Single by Weezer

from the album Make Believe
- Released: October 11, 2005
- Recorded: 2004
- Genre: Alternative rock; power pop;
- Length: 4:14
- Label: Geffen
- Songwriter: Rivers Cuomo
- Producer: Rick Rubin

Weezer singles chronology
| "We Are All on Drugs" (2005) | "Perfect Situation" (2005) | "This Is Such a Pity" (2006) |

Music video
- "Perfect Situation" on YouTube

= Perfect Situation =

"Perfect Situation" is a song by American alternative rock band Weezer. It was released to radio on October 11, 2005, as the third single from the band's fifth album Make Believe, following "Beverly Hills" and "We Are All on Drugs".

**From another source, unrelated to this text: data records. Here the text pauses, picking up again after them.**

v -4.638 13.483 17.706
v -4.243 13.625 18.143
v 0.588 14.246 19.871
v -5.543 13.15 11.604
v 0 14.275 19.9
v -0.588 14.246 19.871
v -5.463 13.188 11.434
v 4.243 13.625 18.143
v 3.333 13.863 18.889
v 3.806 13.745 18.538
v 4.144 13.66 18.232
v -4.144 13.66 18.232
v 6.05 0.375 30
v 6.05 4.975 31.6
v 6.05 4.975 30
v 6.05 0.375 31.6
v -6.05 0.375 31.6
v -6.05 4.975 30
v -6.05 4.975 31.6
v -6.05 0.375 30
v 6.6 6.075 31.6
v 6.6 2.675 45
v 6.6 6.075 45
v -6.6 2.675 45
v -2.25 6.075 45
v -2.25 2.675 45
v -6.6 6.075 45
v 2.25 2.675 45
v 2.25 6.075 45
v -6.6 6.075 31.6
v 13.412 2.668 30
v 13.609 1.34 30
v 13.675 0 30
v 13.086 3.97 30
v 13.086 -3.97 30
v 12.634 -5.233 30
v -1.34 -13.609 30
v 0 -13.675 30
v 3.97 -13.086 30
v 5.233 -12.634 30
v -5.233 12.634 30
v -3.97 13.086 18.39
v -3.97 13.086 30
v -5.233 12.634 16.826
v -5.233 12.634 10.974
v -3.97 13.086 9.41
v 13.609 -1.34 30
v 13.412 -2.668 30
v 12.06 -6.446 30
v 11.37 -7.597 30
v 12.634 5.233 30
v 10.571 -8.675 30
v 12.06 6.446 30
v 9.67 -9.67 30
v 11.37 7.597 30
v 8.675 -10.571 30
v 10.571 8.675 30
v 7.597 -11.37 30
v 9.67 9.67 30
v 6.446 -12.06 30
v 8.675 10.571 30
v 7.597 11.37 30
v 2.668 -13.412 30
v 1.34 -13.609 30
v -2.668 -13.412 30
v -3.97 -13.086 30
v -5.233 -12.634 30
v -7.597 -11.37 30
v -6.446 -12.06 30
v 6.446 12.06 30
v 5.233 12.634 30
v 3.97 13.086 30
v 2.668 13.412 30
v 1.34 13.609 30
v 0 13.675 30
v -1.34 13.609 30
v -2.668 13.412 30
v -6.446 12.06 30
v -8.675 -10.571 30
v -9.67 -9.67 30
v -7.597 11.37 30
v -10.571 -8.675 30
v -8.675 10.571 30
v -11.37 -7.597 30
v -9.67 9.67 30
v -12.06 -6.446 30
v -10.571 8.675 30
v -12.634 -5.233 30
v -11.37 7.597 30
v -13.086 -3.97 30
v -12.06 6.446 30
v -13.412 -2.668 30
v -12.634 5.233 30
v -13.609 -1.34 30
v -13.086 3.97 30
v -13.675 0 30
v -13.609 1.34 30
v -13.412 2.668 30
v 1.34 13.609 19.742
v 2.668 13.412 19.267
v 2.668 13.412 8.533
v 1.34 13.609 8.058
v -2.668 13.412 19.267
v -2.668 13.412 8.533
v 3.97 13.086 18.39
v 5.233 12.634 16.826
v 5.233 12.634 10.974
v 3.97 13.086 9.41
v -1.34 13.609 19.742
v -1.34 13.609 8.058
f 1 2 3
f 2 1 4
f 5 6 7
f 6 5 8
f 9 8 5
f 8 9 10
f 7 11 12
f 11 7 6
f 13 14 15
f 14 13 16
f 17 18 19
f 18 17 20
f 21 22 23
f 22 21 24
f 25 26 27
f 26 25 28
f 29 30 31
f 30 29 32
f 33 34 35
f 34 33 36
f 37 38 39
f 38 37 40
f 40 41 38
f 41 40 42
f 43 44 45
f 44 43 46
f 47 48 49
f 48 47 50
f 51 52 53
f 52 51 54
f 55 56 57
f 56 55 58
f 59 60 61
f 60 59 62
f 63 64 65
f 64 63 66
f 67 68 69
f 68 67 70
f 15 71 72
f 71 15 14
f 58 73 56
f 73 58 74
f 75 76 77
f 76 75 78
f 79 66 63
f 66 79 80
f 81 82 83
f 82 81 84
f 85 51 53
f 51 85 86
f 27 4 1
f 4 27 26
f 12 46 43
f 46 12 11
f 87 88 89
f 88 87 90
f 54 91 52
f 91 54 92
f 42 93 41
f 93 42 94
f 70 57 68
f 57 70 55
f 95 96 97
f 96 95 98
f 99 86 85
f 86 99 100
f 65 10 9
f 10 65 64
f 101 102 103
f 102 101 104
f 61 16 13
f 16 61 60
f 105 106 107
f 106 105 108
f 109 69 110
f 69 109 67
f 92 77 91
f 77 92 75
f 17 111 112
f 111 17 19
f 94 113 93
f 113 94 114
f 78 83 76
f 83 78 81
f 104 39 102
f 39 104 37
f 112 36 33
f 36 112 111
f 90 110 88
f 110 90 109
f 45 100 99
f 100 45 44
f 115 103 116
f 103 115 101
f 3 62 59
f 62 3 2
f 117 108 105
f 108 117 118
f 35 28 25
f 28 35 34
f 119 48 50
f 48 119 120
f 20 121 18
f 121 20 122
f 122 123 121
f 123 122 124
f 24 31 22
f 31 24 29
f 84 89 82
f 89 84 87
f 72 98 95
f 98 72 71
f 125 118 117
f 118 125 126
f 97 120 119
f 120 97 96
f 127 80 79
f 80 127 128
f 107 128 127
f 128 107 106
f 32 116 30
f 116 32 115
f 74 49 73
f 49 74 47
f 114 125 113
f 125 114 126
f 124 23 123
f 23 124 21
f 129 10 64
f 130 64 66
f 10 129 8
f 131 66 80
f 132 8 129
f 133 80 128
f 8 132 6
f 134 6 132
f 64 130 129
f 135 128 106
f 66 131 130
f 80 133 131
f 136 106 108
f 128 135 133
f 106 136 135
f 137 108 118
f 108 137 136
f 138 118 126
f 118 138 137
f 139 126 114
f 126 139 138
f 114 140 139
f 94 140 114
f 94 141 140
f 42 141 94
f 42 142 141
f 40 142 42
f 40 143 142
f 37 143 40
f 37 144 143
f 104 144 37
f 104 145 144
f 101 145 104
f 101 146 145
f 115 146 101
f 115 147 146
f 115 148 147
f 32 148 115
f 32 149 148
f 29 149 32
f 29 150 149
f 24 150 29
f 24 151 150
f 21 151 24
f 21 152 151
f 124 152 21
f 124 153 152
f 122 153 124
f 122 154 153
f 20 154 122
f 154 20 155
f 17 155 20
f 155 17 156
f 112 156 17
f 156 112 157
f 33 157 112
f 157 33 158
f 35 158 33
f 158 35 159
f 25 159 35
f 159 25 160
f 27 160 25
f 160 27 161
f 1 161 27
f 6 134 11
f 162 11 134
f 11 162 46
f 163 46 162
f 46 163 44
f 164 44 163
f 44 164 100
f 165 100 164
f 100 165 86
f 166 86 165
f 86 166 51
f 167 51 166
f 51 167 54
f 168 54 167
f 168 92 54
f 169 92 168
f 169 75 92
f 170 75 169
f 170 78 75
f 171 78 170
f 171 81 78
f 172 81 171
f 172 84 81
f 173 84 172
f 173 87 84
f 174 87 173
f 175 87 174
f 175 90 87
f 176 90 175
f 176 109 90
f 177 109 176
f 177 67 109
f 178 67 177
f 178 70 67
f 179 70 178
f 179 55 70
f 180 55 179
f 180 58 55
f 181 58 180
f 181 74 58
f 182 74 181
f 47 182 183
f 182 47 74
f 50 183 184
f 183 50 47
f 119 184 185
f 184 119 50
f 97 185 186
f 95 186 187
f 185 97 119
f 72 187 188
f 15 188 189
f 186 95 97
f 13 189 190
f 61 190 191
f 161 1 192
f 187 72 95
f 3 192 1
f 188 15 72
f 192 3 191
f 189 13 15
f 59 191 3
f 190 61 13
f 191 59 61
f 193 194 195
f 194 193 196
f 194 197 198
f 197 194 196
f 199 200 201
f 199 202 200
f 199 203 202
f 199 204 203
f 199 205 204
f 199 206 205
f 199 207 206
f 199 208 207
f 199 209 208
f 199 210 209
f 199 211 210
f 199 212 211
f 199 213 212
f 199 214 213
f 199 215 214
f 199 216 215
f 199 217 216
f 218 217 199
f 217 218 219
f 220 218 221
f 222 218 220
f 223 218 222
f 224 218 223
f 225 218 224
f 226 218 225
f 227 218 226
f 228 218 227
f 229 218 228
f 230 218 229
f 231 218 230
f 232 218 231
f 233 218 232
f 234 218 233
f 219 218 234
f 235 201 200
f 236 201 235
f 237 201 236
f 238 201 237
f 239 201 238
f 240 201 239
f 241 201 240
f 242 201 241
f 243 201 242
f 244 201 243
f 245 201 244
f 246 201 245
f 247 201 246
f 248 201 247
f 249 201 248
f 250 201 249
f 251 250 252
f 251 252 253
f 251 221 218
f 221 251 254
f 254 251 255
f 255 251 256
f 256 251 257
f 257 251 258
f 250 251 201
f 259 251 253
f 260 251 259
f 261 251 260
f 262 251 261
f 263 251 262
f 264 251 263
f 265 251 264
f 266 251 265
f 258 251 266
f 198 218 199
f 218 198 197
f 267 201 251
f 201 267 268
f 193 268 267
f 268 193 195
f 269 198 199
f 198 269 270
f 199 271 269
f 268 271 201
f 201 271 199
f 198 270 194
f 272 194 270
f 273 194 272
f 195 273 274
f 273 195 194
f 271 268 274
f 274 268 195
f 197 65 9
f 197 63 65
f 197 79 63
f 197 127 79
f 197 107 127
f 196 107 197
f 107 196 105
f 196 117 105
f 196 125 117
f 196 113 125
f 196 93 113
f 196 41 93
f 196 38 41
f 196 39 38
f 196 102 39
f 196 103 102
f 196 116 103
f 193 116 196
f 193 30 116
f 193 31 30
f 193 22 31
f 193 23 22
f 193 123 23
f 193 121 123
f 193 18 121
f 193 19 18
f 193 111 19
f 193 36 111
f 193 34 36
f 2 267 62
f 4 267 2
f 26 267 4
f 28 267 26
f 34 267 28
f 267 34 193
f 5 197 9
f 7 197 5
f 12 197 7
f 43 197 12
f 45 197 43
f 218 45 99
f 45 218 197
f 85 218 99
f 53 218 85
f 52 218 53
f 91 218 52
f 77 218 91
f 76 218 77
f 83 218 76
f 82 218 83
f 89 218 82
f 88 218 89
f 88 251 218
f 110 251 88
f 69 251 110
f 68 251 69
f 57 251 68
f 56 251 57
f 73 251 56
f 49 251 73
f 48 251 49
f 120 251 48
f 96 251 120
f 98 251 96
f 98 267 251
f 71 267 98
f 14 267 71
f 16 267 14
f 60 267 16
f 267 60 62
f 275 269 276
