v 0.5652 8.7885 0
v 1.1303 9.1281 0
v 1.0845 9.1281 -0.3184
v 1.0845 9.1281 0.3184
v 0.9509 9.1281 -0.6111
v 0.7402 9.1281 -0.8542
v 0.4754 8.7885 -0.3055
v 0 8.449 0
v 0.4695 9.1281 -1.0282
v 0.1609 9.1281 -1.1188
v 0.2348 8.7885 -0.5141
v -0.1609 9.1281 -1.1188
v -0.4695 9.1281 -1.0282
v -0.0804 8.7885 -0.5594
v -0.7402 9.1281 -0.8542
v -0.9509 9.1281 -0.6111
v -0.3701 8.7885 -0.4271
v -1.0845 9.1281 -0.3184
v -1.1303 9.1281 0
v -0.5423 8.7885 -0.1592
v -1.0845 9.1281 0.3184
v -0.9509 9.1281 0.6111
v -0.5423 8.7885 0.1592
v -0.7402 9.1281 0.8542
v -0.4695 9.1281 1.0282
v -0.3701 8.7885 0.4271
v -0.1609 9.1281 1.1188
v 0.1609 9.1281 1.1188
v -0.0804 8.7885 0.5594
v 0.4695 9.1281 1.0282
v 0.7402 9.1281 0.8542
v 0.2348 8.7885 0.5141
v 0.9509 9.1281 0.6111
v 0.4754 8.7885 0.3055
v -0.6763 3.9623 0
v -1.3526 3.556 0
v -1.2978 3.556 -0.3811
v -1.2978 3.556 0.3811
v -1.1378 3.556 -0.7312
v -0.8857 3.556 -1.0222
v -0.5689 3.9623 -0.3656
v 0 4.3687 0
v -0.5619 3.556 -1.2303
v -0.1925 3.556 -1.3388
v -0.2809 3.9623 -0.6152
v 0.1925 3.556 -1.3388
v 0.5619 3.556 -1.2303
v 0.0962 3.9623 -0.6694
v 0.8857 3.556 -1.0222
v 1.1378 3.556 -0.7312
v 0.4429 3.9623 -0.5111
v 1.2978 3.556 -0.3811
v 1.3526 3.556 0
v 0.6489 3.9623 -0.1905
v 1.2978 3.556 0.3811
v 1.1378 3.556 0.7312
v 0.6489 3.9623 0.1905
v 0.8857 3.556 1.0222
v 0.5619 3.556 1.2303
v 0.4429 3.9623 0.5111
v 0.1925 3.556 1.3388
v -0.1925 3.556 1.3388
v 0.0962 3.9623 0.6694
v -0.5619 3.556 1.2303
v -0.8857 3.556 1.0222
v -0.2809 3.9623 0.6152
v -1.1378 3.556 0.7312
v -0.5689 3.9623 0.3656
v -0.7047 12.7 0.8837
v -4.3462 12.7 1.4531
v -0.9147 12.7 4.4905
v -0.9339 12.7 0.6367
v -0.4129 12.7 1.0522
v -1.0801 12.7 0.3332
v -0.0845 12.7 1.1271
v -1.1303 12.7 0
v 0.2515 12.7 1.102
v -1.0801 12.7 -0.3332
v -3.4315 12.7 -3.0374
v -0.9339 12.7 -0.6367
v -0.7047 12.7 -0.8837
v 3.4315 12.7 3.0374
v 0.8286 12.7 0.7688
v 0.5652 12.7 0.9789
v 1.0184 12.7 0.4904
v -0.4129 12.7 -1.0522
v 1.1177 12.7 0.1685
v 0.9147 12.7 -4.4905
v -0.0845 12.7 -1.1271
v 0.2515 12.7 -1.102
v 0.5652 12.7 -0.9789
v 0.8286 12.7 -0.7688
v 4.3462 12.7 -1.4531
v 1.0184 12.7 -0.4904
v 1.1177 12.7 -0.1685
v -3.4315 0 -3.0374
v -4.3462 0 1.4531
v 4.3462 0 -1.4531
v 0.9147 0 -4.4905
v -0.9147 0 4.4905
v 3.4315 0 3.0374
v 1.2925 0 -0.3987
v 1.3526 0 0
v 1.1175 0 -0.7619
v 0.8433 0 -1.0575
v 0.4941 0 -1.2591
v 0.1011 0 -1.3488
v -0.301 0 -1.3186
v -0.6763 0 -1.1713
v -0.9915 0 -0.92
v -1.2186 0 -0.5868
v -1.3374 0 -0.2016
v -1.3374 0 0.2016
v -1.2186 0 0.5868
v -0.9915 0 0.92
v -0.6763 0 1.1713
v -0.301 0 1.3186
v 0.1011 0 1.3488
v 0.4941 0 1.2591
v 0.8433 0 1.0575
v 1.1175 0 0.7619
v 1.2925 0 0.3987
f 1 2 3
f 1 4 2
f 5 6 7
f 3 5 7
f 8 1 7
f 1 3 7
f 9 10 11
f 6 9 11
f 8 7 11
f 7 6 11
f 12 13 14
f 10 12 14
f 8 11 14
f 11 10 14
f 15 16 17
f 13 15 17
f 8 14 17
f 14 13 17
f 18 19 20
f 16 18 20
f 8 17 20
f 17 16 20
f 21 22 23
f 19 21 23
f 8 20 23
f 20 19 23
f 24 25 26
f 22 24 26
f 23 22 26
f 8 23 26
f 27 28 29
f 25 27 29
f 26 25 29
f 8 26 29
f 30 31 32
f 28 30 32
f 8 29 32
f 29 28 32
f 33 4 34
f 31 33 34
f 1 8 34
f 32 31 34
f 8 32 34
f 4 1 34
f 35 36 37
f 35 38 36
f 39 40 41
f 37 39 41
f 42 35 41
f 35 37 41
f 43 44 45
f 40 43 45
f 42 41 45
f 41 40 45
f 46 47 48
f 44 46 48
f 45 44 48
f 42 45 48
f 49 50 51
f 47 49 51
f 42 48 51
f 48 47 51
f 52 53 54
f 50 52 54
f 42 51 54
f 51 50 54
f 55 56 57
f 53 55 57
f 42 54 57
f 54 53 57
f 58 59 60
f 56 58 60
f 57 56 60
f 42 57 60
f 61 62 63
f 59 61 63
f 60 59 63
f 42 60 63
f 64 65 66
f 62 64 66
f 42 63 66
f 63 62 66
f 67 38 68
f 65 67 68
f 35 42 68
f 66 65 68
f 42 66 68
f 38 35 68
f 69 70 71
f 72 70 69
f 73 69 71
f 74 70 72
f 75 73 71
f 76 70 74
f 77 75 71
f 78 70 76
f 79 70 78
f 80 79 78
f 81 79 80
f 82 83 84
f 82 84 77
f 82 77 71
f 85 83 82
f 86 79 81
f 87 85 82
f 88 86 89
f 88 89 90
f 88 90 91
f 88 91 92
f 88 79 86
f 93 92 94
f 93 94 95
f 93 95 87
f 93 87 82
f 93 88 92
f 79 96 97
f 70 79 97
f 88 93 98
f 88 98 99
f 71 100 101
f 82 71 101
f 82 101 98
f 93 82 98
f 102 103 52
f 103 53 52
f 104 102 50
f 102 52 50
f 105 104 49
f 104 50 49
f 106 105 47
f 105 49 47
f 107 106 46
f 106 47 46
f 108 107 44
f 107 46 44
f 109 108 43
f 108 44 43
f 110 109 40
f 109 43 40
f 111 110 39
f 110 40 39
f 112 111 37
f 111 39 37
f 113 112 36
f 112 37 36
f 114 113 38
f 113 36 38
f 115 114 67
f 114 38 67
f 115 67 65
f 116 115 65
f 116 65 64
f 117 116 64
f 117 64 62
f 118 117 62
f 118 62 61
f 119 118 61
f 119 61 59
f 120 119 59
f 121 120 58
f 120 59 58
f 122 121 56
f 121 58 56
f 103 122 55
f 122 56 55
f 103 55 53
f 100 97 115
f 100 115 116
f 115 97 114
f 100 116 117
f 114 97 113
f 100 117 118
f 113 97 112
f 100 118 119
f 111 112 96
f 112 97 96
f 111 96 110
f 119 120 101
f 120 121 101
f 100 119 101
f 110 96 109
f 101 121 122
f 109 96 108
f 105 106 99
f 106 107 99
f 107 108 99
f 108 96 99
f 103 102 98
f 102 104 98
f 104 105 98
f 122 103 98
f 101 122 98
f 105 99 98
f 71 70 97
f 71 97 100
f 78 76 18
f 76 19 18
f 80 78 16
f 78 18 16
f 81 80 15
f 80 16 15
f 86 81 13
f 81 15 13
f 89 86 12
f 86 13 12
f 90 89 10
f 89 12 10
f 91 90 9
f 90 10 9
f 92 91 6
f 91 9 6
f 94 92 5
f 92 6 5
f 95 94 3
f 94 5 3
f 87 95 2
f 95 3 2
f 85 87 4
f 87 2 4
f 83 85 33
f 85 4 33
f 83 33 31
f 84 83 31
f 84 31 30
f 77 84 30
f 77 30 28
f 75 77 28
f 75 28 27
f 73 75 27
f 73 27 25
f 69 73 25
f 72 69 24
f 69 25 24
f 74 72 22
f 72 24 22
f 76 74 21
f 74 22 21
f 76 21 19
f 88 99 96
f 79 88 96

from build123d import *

# Parameters (mm, degrees)
BOSS_EXTRUDE1_DEPTH       = 12.7
F_4_40_TAPPED_HOLE1_D     = 2.2606
F_4_40_TAPPED_HOLE1_DEPTH = 3.571875
F_4_40_TAPPED_HOLE1_TIP   = 0.679152758
F_6_32_TAPPED_HOLE1_D     = 2.7051
F_6_32_TAPPED_HOLE1_DEPTH = 3.556
F_6_32_TAPPED_HOLE1_TIP   = 0.81269403


with BuildPart() as part:
    # Sketch1 → Boss-Extrude1 (new body)
    with BuildSketch(Plane(origin=(0, 0, 0), x_dir=(1, 0, 0), z_dir=(0, 1, 0))):
        Polygon((3.431522356, -3.037425951), (4.346249213, 1.453072558), (0.914726858, 4.490498509), (-3.431522356, 3.037425951), (-4.346249213, -1.453072558), (-0.914726858, -4.490498509), align=None)
    extrude(amount=BOSS_EXTRUDE1_DEPTH)

    # #4-40 Tapped Hole1
    with Locations(Plane(origin=(0, 12.7, 0), x_dir=(1, 0, 0), z_dir=(0, 1, 0))):
        with Locations((0, 0)):
            Hole(F_4_40_TAPPED_HOLE1_D / 2, depth=F_4_40_TAPPED_HOLE1_DEPTH)
            with Locations((0, 0, -(F_4_40_TAPPED_HOLE1_DEPTH + F_4_40_TAPPED_HOLE1_TIP / 2))):  # 118° drill point
                Cone(0, F_4_40_TAPPED_HOLE1_D / 2, F_4_40_TAPPED_HOLE1_TIP, mode=Mode.SUBTRACT)

    # #6-32 Tapped Hole1
    with Locations(Plane(origin=(0, 0, 0), x_dir=(-1, 0, 0), z_dir=(0, -1, 0))):
        with Locations((0, 0)):
            Hole(F_6_32_TAPPED_HOLE1_D / 2, depth=F_6_32_TAPPED_HOLE1_DEPTH)
            with Locations((0, 0, -(F_6_32_TAPPED_HOLE1_DEPTH + F_6_32_TAPPED_HOLE1_TIP / 2))):  # 118° drill point
                Cone(0, F_6_32_TAPPED_HOLE1_D / 2, F_6_32_TAPPED_HOLE1_TIP, mode=Mode.SUBTRACT)


solid = part.part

The song is also one of the band's most successful songs to date, topping the Billboard Modern Rock Tracks for four weeks, outlasting the one-week run atop the chart of "Beverly Hills", although it didn't gain the former's massive pop success, reaching No. 51 on the Billboard Hot 100.

==Radio edit==
The radio edit of this song features a shortened intro, a synth track on the first and second chorus (the album version only has it on the second chorus), a reworked "oh-oh" chorus and the added backup vocals of "perfect situation" over the outro. The radio edit is eight seconds shorter than the album version. The reworked chorus that appears in the radio edit was one of two ways Cuomo originally wrote the song. When touring in summer 2005, when the band prompted the crowd to sing along, they oddly enough sang it in the other way Cuomo had written it (different from the record version). Cuomo stated in an interview during the band's 2005 performance at the AOL Sessions as saying "Well, if these ten thousand people think it should go this way, maybe we should go back and re-record it."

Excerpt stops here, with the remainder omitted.